_TASK_
For the entries below, the expected answer is the line with "Line((25.273, 45.3136), (21.844, 45.3136))", the line with "Line((18.5928, 64.9986), (11.049, 64.9986))", and every line between them, exactly as written, and nothing more.

_Collected data_
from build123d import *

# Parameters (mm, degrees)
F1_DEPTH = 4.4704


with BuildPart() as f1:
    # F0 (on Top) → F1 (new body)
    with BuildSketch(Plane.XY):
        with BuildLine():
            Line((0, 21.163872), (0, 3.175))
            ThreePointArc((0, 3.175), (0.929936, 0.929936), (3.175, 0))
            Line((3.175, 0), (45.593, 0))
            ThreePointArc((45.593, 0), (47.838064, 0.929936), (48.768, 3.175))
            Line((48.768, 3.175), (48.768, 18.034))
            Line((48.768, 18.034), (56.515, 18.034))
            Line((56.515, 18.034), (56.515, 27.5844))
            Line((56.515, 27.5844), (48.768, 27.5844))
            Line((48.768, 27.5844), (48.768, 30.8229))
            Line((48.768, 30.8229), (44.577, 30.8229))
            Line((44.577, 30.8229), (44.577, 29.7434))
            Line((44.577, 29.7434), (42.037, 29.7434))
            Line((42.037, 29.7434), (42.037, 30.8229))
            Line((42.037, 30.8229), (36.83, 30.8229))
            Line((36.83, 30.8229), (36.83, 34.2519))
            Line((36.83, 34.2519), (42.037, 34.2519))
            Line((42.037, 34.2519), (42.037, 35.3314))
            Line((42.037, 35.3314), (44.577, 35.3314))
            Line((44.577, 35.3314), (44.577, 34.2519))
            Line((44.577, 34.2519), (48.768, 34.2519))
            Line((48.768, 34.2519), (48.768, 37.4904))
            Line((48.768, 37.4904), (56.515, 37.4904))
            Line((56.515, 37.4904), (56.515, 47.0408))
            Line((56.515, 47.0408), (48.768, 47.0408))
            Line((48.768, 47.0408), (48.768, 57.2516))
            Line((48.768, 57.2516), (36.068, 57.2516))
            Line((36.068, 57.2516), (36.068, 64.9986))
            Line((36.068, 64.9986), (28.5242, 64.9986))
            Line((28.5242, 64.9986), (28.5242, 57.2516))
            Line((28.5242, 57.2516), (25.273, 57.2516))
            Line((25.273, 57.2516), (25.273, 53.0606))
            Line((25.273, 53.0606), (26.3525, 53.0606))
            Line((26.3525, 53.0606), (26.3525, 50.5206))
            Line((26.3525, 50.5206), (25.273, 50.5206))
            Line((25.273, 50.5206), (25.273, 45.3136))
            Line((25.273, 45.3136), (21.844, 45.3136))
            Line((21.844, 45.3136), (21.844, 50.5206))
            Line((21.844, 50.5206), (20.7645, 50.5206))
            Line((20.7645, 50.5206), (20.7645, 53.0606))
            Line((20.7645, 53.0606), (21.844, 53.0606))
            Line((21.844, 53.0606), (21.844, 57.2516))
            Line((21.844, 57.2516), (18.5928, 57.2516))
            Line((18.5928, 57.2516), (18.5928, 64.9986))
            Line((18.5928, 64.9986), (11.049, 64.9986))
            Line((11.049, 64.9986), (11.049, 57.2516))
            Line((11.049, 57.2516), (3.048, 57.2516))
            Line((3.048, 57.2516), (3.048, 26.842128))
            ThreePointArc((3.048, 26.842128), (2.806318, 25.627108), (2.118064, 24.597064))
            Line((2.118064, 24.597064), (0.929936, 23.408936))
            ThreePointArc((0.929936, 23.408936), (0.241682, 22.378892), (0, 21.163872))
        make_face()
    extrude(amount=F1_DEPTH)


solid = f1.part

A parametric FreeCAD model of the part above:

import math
import FreeCAD as App
import Part
import Sketcher

V = App.Vector
Q = App.Units.Quantity

doc = App.newDocument("Part")
body = doc.addObject("PartDesign::Body", "Body")

# Sketch on XY plane
sketch1 = body.newObject("Sketcher::SketchObject", "Sketch")
sketch1.AttachmentSupport = (doc.getObject("XY_Plane"), [""])
sketch1.MapMode = "FlatFace"
sketch1.addGeometry(Part.LineSegment(V(0, 21.2, 0), V(0, 3.2, 0)), False)
sketch1.addGeometry(Part.ArcOfCircle(Part.Circle(V(3.2, 3.2, 0), V(0, 0, 1), 3.2), math.radians(-180), math.radians(-90)), False)
sketch1.addGeometry(Part.LineSegment(V(3.2, 0, 0), V(45.6, 0, 0)), False)
sketch1.addGeometry(Part.ArcOfCircle(Part.Circle(V(45.6, 3.2, 0), V(0, 0, 1), 3.2), math.radians(-90), math.radians(0)), False)
sketch1.addGeometry(Part.LineSegment(V(48.8, 3.2, 0), V(48.8, 18, 0)), False)
sketch1.addGeometry(Part.LineSegment(V(48.8, 18, 0), V(56.5, 18, 0)), False)
sketch1.addGeometry(Part.LineSegment(V(56.5, 18, 0), V(56.5, 27.6, 0)), False)
sketch1.addGeometry(Part.LineSegment(V(56.5, 27.6, 0), V(48.8, 27.6, 0)), False)
sketch1.addGeometry(Part.LineSegment(V(48.8, 27.6, 0), V(48.8, 30.8, 0)), False)
sketch1.addGeometry(Part.LineSegment(V(48.8, 30.8, 0), V(44.6, 30.8, 0)), False)
sketch1.addGeometry(Part.LineSegment(V(44.6, 30.8, 0), V(44.6, 29.7, 0)), False)
sketch1.addGeometry(Part.LineSegment(V(44.6, 29.7, 0), V(42, 29.7, 0)), False)
sketch1.addGeometry(Part.LineSegment(V(42, 29.7, 0), V(42, 30.8, 0)), False)
sketch1.addGeometry(Part.LineSegment(V(42, 30.8, 0), V(36.8, 30.8, 0)), False)
sketch1.addGeometry(Part.LineSegment(V(36.8, 30.8, 0), V(36.8, 34.3, 0)), False)
sketch1.addGeometry(Part.LineSegment(V(36.8, 34.3, 0), V(42, 34.3, 0)), False)
sketch1.addGeometry(Part.LineSegment(V(42, 34.3, 0), V(42, 35.3, 0)), False)
sketch1.addGeometry(Part.LineSegment(V(42, 35.3, 0), V(44.6, 35.3, 0)), False)
sketch1.addGeometry(Part.LineSegment(V(44.6, 35.3, 0), V(44.6, 34.3, 0)), False)
sketch1.addGeometry(Part.LineSegment(V(44.6, 34.3, 0), V(48.8, 34.3, 0)), False)
sketch1.addGeometry(Part.LineSegment(V(48.8, 34.3, 0), V(48.8, 37.5, 0)), False)
sketch1.addGeometry(Part.LineSegment(V(48.8, 37.5, 0), V(56.5, 37.5, 0)), False)
sketch1.addGeometry(Part.LineSegment(V(56.5, 37.5, 0), V(56.5, 47, 0)), False)
sketch1.addGeometry(Part.LineSegment(V(56.5, 47, 0), V(48.8, 47, 0)), False)
sketch1.addGeometry(Part.LineSegment(V(48.8, 47, 0), V(48.8, 57.3, 0)), False)
sketch1.addGeometry(Part.LineSegment(V(48.8, 57.3, 0), V(36.1, 57.3, 0)), False)
sketch1.addGeometry(Part.LineSegment(V(36.1, 57.3, 0), V(36.1, 65, 0)), False)
sketch1.addGeometry(Part.LineSegment(V(36.1, 65, 0), V(28.5, 65, 0)), False)
sketch1.addGeometry(Part.LineSegment(V(28.5, 65, 0), V(28.5, 57.3, 0)), False)
sketch1.addGeometry(Part.LineSegment(V(28.5, 57.3, 0), V(25.3, 57.3, 0)), False)
sketch1.addGeometry(Part.LineSegment(V(25.3, 57.3, 0), V(25.3, 53.1, 0)), False)
sketch1.addGeometry(Part.LineSegment(V(25.3, 53.1, 0), V(26.4, 53.1, 0)), False)
sketch1.addGeometry(Part.LineSegment(V(26.4, 53.1, 0), V(26.4, 50.5, 0)), False)
sketch1.addGeometry(Part.LineSegment(V(26.4, 50.5, 0), V(25.3, 50.5, 0)), False)
sketch1.addGeometry(Part.LineSegment(V(25.3, 50.5, 0), V(25.3, 45.3, 0)), False)
sketch1.addGeometry(Part.LineSegment(V(25.3, 45.3, 0), V(21.8, 45.3, 0)), False)
sketch1.addGeometry(Part.LineSegment(V(21.8, 45.3, 0), V(21.8, 50.5, 0)), False)
sketch1.addGeometry(Part.LineSegment(V(21.8, 50.5, 0), V(20.8, 50.5, 0)), False)
sketch1.addGeometry(Part.LineSegment(V(20.8, 50.5, 0), V(20.8, 53.1, 0)), False)
sketch1.addGeometry(Part.LineSegment(V(20.8, 53.1, 0), V(21.8, 53.1, 0)), False)
sketch1.addGeometry(Part.LineSegment(V(21.8, 53.1, 0), V(21.8, 57.3, 0)), False)
sketch1.addGeometry(Part.LineSegment(V(21.8, 57.3, 0), V(18.6, 57.3, 0)), False)
sketch1.addGeometry(Part.LineSegment(V(18.6, 57.3, 0), V(18.6, 65, 0)), False)
sketch1.addGeometry(Part.LineSegment(V(18.6, 65, 0), V(11, 65, 0)), False)
sketch1.addGeometry(Part.LineSegment(V(11, 65, 0), V(11, 57.3, 0)), False)
sketch1.addGeometry(Part.LineSegment(V(11, 57.3, 0), V(3, 57.3, 0)), False)
sketch1.addGeometry(Part.LineSegment(V(3, 57.3, 0), V(3, 26.8, 0)), False)
sketch1.addGeometry(Part.ArcOfCircle(Part.Circle(V(-0.1, 26.8, 0), V(0, 0, 1), 3.2), math.radians(-45), math.radians(0)), False)
sketch1.addGeometry(Part.LineSegment(V(2.1, 24.6, 0), V(0.9, 23.4, 0)), False)
sketch1.addGeometry(Part.ArcOfCircle(Part.Circle(V(3.2, 21.2, 0), V(0, 0, 1), 3.2), math.radians(135), math.radians(180)), False)
sketch1.addConstraint(Sketcher.Constraint("Tangent", 0, 2, 1, 1))
sketch1.addConstraint(Sketcher.Constraint("Tangent", 1, 2, 2, 1))
sketch1.addConstraint(Sketcher.Constraint("Tangent", 2, 2, 3, 1))
sketch1.addConstraint(Sketcher.Constraint("Tangent", 3, 2, 4, 1))
sketch1.addConstraint(Sketcher.Constraint("Coincident", 4, 2, 5, 1))
sketch1.addConstraint(Sketcher.Constraint("Coincident", 5, 2, 6, 1))
sketch1.addConstraint(Sketcher.Constraint("Coincident", 6, 2, 7, 1))
sketch1.addConstraint(Sketcher.Constraint("Coincident", 7, 2, 8, 1))
sketch1.addConstraint(Sketcher.Constraint("Coincident", 8, 2, 9, 1))
sketch1.addConstraint(Sketcher.Constraint("Coincident", 9, 2, 10, 1))
sketch1.addConstraint(Sketcher.Constraint("Coincident", 10, 2, 11, 1))
sketch1.addConstraint(Sketcher.Constraint("Coincident", 11, 2, 12, 1))
sketch1.addConstraint(Sketcher.Constraint("Coincident", 12, 2, 13, 1))
sketch1.addConstraint(Sketcher.Constraint("Coincident", 13, 2, 14, 1))
sketch1.addConstraint(Sketcher.Constraint("Coincident", 14, 2, 15, 1))
sketch1.addConstraint(Sketcher.Constraint("Coincident", 15, 2, 16, 1))
sketch1.addConstraint(Sketcher.Constraint("Coincident", 16, 2, 17, 1))
sketch1.addConstraint(Sketcher.Constraint("Coincident", 17, 2, 18, 1))
sketch1.addConstraint(Sketcher.Constraint("Coincident", 18, 2, 19, 1))
sketch1.addConstraint(Sketcher.Constraint("Coincident", 19, 2, 20, 1))
sketch1.addConstraint(Sketcher.Constraint("Coincident", 20, 2, 21, 1))
sketch1.addConstraint(Sketcher.Constraint("Coincident", 21, 2, 22, 1))
sketch1.addConstraint(Sketcher.Constraint("Coincident", 22, 2, 23, 1))
sketch1.addConstraint(Sketcher.Constraint("Coincident", 23, 2, 24, 1))
sketch1.addConstraint(Sketcher.Constraint("Coincident", 24, 2, 25, 1))
sketch1.addConstraint(Sketcher.Constraint("Coincident", 25, 2, 26, 1))
sketch1.addConstraint(Sketcher.Constraint("Coincident", 26, 2, 27, 1))
sketch1.addConstraint(Sketcher.Constraint("Coincident", 27, 2, 28, 1))
sketch1.addConstraint(Sketcher.Constraint("Coincident", 28, 2, 29, 1))
sketch1.addConstraint(Sketcher.Constraint("Coincident", 29, 2, 30, 1))
sketch1.addConstraint(Sketcher.Constraint("Coincident", 30, 2, 31, 1))
sketch1.addConstraint(Sketcher.Constraint("Coincident", 31, 2, 32, 1))
sketch1.addConstraint(Sketcher.Constraint("Coincident", 32, 2, 33, 1))
sketch1.addConstraint(Sketcher.Constraint("Coincident", 33, 2, 34, 1))
sketch1.addConstraint(Sketcher.Constraint("Coincident", 34, 2, 35, 1))
sketch1.addConstraint(Sketcher.Constraint("Coincident", 35, 2, 36, 1))
sketch1.addConstraint(Sketcher.Constraint("Coincident", 36, 2, 37, 1))
sketch1.addConstraint(Sketcher.Constraint("Coincident", 37, 2, 38, 1))
sketch1.addConstraint(Sketcher.Constraint("Coincident", 38, 2, 39, 1))
sketch1.addConstraint(Sketcher.Constraint("Coincident", 39, 2, 40, 1))
sketch1.addConstraint(Sketcher.Constraint("Coincident", 40, 2, 41, 1))
sketch1.addConstraint(Sketcher.Constraint("Coincident", 41, 2, 42, 1))
sketch1.addConstraint(Sketcher.Constraint("Coincident", 42, 2, 43, 1))
sketch1.addConstraint(Sketcher.Constraint("Coincident", 43, 2, 44, 1))
sketch1.addConstraint(Sketcher.Constraint("Coincident", 44, 2, 45, 1))
sketch1.addConstraint(Sketcher.Constraint("Coincident", 45, 2, 46, 1))
sketch1.addConstraint(Sketcher.Constraint("Tangent", 46, 2, 47, 2))
sketch1.addConstraint(Sketcher.Constraint("Tangent", 47, 1, 48, 1))
sketch1.addConstraint(Sketcher.Constraint("Tangent", 48, 2, 49, 1))
sketch1.addConstraint(Sketcher.Constraint("Tangent", 49, 2, 0, 1))
sketch1.addConstraint(Sketcher.Constraint("Vertical", 0))
sketch1.addConstraint(Sketcher.Constraint("Horizontal", 2))
sketch1.addConstraint(Sketcher.Constraint("Vertical", 4))
sketch1.addConstraint(Sketcher.Constraint("Horizontal", 5))
sketch1.addConstraint(Sketcher.Constraint("Vertical", 6))
sketch1.addConstraint(Sketcher.Constraint("Horizontal", 7))
sketch1.addConstraint(Sketcher.Constraint("Vertical", 8))
sketch1.addConstraint(Sketcher.Constraint("Horizontal", 9))
sketch1.addConstraint(Sketcher.Constraint("Vertical", 10))
sketch1.addConstraint(Sketcher.Constraint("Horizontal", 11))
sketch1.addConstraint(Sketcher.Constraint("Vertical", 12))
sketch1.addConstraint(Sketcher.Constraint("Horizontal", 13))
sketch1.addConstraint(Sketcher.Constraint("Vertical", 14))
sketch1.addConstraint(Sketcher.Constraint("Horizontal", 15))
sketch1.addConstraint(Sketcher.Constraint("Vertical", 16))
sketch1.addConstraint(Sketcher.Constraint("Horizontal", 17))
sketch1.addConstraint(Sketcher.Constraint("Vertical", 18))
sketch1.addConstraint(Sketcher.Constraint("Horizontal", 19))
sketch1.addConstraint(Sketcher.Constraint("Vertical", 20))
sketch1.addConstraint(Sketcher.Constraint("Horizontal", 21))
sketch1.addConstraint(Sketcher.Constraint("Vertical", 22))
sketch1.addConstraint(Sketcher.Constraint("Horizontal", 23))
sketch1.addConstraint(Sketcher.Constraint("Vertical", 24))
sketch1.addConstraint(Sketcher.Constraint("Horizontal", 25))
sketch1.addConstraint(Sketcher.Constraint("Vertical", 26))
sketch1.addConstraint(Sketcher.Constraint("Horizontal", 27))
sketch1.addConstraint(Sketcher.Constraint("Vertical", 28))
sketch1.addConstraint(Sketcher.Constraint("Horizontal", 29))
sketch1.addConstraint(Sketcher.Constraint("Vertical", 30))
sketch1.addConstraint(Sketcher.Constraint("Horizontal", 31))
sketch1.addConstraint(Sketcher.Constraint("Vertical", 32))
sketch1.addConstraint(Sketcher.Constraint("Horizontal", 33))
sketch1.addConstraint(Sketcher.Constraint("Vertical", 34))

_RESPONSE_
            Line((25.273, 45.3136), (21.844, 45.3136))
            Line((21.844, 45.3136), (21.844, 50.5206))
            Line((21.844, 50.5206), (20.7645, 50.5206))
            Line((20.7645, 50.5206), (20.7645, 53.0606))
            Line((20.7645, 53.0606), (21.844, 53.0606))
            Line((21.844, 53.0606), (21.844, 57.2516))
            Line((21.844, 57.2516), (18.5928, 57.2516))
            Line((18.5928, 57.2516), (18.5928, 64.9986))
            Line((18.5928, 64.9986), (11.049, 64.9986))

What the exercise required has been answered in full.